Wednesday, January 15, 2014

Cruel and Piercing: A Guide on Parenting, Teaching and Living

It's crunch time at work, and being a teacher it means grade cards, testing and stress.  One of the assessments I do 3 times a year is a fluency test called the DIBELS.  Each kid reads for one minute, 3 different stories, and it is supposed to give me a an idea of what a student can do.  A kid in the "red" most likely is having trouble with comprehension, mainly from the butchering of clue words that kids need to help them answer questions.  If you cannot pronounce, "mathematician," do you even know what it is?  If you substitute the word "ventilation" with some gibberish word, how do you really know the context of the sentence?  So today I'm yawning through this first round of testing.  Listening to 28 kids read the same three stories over and over is not what I initially signed up for when I became a teacher.

I envisioned chalk-white hands and dusty erasers (everything is dry-erase now), the endless grinding of a pencil sharpener (they are mostly electric) and the looks of children as diverse as a rainbow (that's been pretty much true).  Instead I have piles of test packets, endless data, purchased books that go unopened and several yawns during a DIBELS test.  Amid the testing and entering grades in a computer, there are times when the relationships and the essence of what makes a kid a kid go unnoticed.  The whispering of kids being mean to one another goes unheard.  The absences go unnoticed until the zeroes string along in the grade book.  By that time, the call home becomes shuffled in burying priorities.  By the time one kid's behavior is analyzed and investigated, another crisis awaits.

Personally, and publicly too, there are standards that I feel will never truly be accomplished.  My wife and I are taking a parenting class, and sometimes what gets translated is that we, as imperfect humans, place so much emphasis on what others see, how the world judges it, that it undoubtedly leads to performance hurdles that we never can leap.  A kid makes a bad decision with a substitute teacher and I think it must be something to do with my classroom management.  A kid gets made fun of over the span of several weeks, only to have their parent inform me of what is happening.  The kid chose to keep it a secret from me makes me feel like I didn't do enough.  How did I not account for their inner pain?
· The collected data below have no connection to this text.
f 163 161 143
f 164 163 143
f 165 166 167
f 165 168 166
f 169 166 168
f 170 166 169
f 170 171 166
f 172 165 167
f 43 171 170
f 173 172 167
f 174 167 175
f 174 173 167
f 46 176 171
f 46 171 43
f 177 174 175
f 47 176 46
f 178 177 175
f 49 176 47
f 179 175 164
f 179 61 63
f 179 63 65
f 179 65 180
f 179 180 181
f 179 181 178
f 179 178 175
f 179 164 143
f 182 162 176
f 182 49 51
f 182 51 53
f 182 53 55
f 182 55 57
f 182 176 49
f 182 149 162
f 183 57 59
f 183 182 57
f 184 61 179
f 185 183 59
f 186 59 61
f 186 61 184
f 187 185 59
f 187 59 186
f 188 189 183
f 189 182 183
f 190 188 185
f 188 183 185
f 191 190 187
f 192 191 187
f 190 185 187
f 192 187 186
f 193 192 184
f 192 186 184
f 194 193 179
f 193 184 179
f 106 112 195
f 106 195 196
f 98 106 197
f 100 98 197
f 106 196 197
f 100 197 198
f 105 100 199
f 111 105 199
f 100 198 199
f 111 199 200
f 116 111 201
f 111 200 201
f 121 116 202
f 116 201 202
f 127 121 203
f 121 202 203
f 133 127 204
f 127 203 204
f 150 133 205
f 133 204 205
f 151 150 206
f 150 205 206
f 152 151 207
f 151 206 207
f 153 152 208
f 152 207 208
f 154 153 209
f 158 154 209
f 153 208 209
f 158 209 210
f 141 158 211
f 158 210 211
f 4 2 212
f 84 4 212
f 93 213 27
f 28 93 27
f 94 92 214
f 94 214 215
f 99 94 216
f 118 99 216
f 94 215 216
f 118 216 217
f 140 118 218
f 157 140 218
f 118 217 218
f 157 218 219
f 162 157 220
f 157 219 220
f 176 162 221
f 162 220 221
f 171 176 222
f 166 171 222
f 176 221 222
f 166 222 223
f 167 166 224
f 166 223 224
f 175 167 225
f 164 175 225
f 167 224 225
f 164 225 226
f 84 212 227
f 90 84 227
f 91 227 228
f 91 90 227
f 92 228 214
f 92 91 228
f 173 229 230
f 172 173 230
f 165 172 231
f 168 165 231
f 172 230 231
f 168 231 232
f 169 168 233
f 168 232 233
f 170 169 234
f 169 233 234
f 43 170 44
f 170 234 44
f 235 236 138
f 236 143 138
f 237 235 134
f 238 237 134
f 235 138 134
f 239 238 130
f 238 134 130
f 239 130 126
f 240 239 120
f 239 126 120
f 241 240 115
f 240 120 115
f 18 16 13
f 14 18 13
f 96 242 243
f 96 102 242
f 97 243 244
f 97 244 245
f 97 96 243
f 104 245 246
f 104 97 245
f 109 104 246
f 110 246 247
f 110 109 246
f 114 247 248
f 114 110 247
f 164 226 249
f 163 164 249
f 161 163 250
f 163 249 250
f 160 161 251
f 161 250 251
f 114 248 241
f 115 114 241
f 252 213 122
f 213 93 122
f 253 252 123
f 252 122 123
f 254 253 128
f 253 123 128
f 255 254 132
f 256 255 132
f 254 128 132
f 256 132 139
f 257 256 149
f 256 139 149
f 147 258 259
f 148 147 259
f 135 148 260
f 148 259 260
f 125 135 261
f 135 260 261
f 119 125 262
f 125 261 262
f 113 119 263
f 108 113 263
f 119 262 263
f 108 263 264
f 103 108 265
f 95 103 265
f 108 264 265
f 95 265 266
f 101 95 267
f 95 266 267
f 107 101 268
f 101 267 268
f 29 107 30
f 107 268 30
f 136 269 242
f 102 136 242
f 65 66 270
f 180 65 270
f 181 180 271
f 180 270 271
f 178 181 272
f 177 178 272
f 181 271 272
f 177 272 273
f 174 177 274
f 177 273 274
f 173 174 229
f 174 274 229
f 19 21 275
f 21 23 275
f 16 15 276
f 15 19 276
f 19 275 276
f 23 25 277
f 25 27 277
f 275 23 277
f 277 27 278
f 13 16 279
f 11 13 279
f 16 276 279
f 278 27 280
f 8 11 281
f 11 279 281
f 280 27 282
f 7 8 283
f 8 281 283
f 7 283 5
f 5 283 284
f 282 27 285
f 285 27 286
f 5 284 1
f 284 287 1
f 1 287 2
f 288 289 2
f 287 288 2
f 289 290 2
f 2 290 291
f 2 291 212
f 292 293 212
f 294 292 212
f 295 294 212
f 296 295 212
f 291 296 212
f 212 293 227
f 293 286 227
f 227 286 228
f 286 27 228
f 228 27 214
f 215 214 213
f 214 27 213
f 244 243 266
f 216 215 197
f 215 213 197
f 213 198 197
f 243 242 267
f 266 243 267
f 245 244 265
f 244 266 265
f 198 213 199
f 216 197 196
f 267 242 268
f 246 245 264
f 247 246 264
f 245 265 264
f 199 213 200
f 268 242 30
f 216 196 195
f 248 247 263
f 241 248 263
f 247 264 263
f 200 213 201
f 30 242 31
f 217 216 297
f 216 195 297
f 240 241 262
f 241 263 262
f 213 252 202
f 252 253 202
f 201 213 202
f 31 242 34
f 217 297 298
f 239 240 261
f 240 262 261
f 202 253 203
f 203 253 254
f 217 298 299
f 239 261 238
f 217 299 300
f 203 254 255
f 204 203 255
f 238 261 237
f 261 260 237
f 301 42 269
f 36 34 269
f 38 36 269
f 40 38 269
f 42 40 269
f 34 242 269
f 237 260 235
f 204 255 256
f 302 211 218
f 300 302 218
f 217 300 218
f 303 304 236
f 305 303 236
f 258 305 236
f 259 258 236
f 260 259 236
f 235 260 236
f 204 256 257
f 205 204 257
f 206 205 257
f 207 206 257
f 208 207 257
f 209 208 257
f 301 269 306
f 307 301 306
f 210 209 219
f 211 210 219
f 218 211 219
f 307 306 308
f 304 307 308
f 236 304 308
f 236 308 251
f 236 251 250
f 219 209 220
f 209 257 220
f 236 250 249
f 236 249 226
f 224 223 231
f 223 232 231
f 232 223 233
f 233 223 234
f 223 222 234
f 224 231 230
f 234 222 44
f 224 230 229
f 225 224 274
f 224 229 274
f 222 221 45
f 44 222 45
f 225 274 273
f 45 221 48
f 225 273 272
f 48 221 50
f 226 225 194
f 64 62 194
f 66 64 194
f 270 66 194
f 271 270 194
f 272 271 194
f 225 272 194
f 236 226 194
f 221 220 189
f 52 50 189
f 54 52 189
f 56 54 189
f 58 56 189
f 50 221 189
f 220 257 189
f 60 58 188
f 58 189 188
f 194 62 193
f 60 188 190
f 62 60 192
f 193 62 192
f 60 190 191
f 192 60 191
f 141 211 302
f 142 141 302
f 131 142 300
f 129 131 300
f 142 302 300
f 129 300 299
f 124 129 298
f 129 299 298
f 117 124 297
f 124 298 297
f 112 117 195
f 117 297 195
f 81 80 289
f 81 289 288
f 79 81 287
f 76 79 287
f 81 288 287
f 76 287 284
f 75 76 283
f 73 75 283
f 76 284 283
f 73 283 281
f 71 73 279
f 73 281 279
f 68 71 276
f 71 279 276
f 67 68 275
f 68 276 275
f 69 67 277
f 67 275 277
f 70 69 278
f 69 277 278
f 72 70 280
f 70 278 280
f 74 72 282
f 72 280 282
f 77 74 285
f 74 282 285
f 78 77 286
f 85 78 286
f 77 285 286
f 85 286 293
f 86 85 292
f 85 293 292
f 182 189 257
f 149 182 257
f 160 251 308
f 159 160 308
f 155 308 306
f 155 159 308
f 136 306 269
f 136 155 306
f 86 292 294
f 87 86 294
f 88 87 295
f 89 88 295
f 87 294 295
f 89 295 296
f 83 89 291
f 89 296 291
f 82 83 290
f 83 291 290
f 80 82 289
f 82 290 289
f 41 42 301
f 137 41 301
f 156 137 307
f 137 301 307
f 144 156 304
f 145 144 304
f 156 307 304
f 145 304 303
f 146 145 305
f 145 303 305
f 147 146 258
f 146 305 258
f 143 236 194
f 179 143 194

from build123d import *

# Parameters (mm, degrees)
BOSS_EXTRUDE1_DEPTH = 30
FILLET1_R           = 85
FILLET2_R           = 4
There's lots of talk about kids that "fall through the cracks."  Teachers become wimpy Atlas figures, carrying the weight of the world on their shoulders.  The lack of counselors, the changing curriculum, a revolving door of administrators.  The only constant is us, gingerly hanging on to a round globe of risk, emotions and the malleable souls of 25 plus kids each year.  And each year the globe tilts and brings us to our knees.  We prevail at times, only momentarily, as so no one can boast.  And just when you think you have it made, a new student arrives, equipped only with an eager face and an empty bookbag.

I confessed in parenting class last week that I always feel like I'm in "teacher mode."  I leave the loudness of a class to the bustle of my own kids.  My girl is a sassy 6, decked in purples and blues and the cutest smile in Ohio.  My boy is part obsessive and part pessimist, but all heart.  He falls into a grump state for falling one color short of perfection at school (the color all kids want to be behaviorally is pink which is considered "outstanding."  He "falls" to purple which signifies "good").  He's cursed with my sense of compulsion to get things right, even though the goal is sometimes insurmountable.  He strikes out once in baseball, he thinks he'll "never get a hit again."  And this week I've been just closing my eyes listening to him complain about how strict our house became in 2014 concerning playing time and homework.

In December, my son turned in 2 incomplete homework packets.  Now, I can bitch and moan about having him even do his homework like other parents do on Facebook, but we don't.  He even had a packet during the Christmas break that we realized needed to be completed the Saturday before school started back up.  Now I know how my mom felt when I told her I had a project on pyramids the night before it was to be turned in.  Suddenly, the declarations of being the worst parent ever stream from the lungs of my son. Do I share this conversation with my parenting class next week?

Tonight in class the topic was perfect parenting vs. spiritual parenting.  It was a time to look at our practices.  Do we, as Christian parents, feel the weight of onlookers when our kids act up?  I admit to feeling the sting of judgement if Cruz doesn't get his homework done.  We're both teachers, so of course all homework and school rules will be upheld to the fullest extent of the law!

But perfect parenting is obsessed on the routines, behaviors and structure of obedience.  We want our kids to be "good" in public, especially in public, because the world's eyes are cruel and piercing.  My son still has problems getting dressed in the morning on his own, or keeping track of things maybe other kids don't.  In his fourth grade little mind, life is "unfair."  It's not so much unfair as trivial.  The time we spend grasping the straws of obedience allows us to miss the teachable moments.

So this past week we went back to our fundamentals.  We prayed before bed.  We hugged, we snuggled.  That's one thing that will matter when he's in front of his teachers, droning on and on over some test.  Because when it's done, it will be simply completed for the moment.  It won't stick.  None of these tabulated measures will matter in the end.  Complete them we will, but the heart remains with God.  For that, I'm thankful and relieved.  The globe just got a little easier to carry.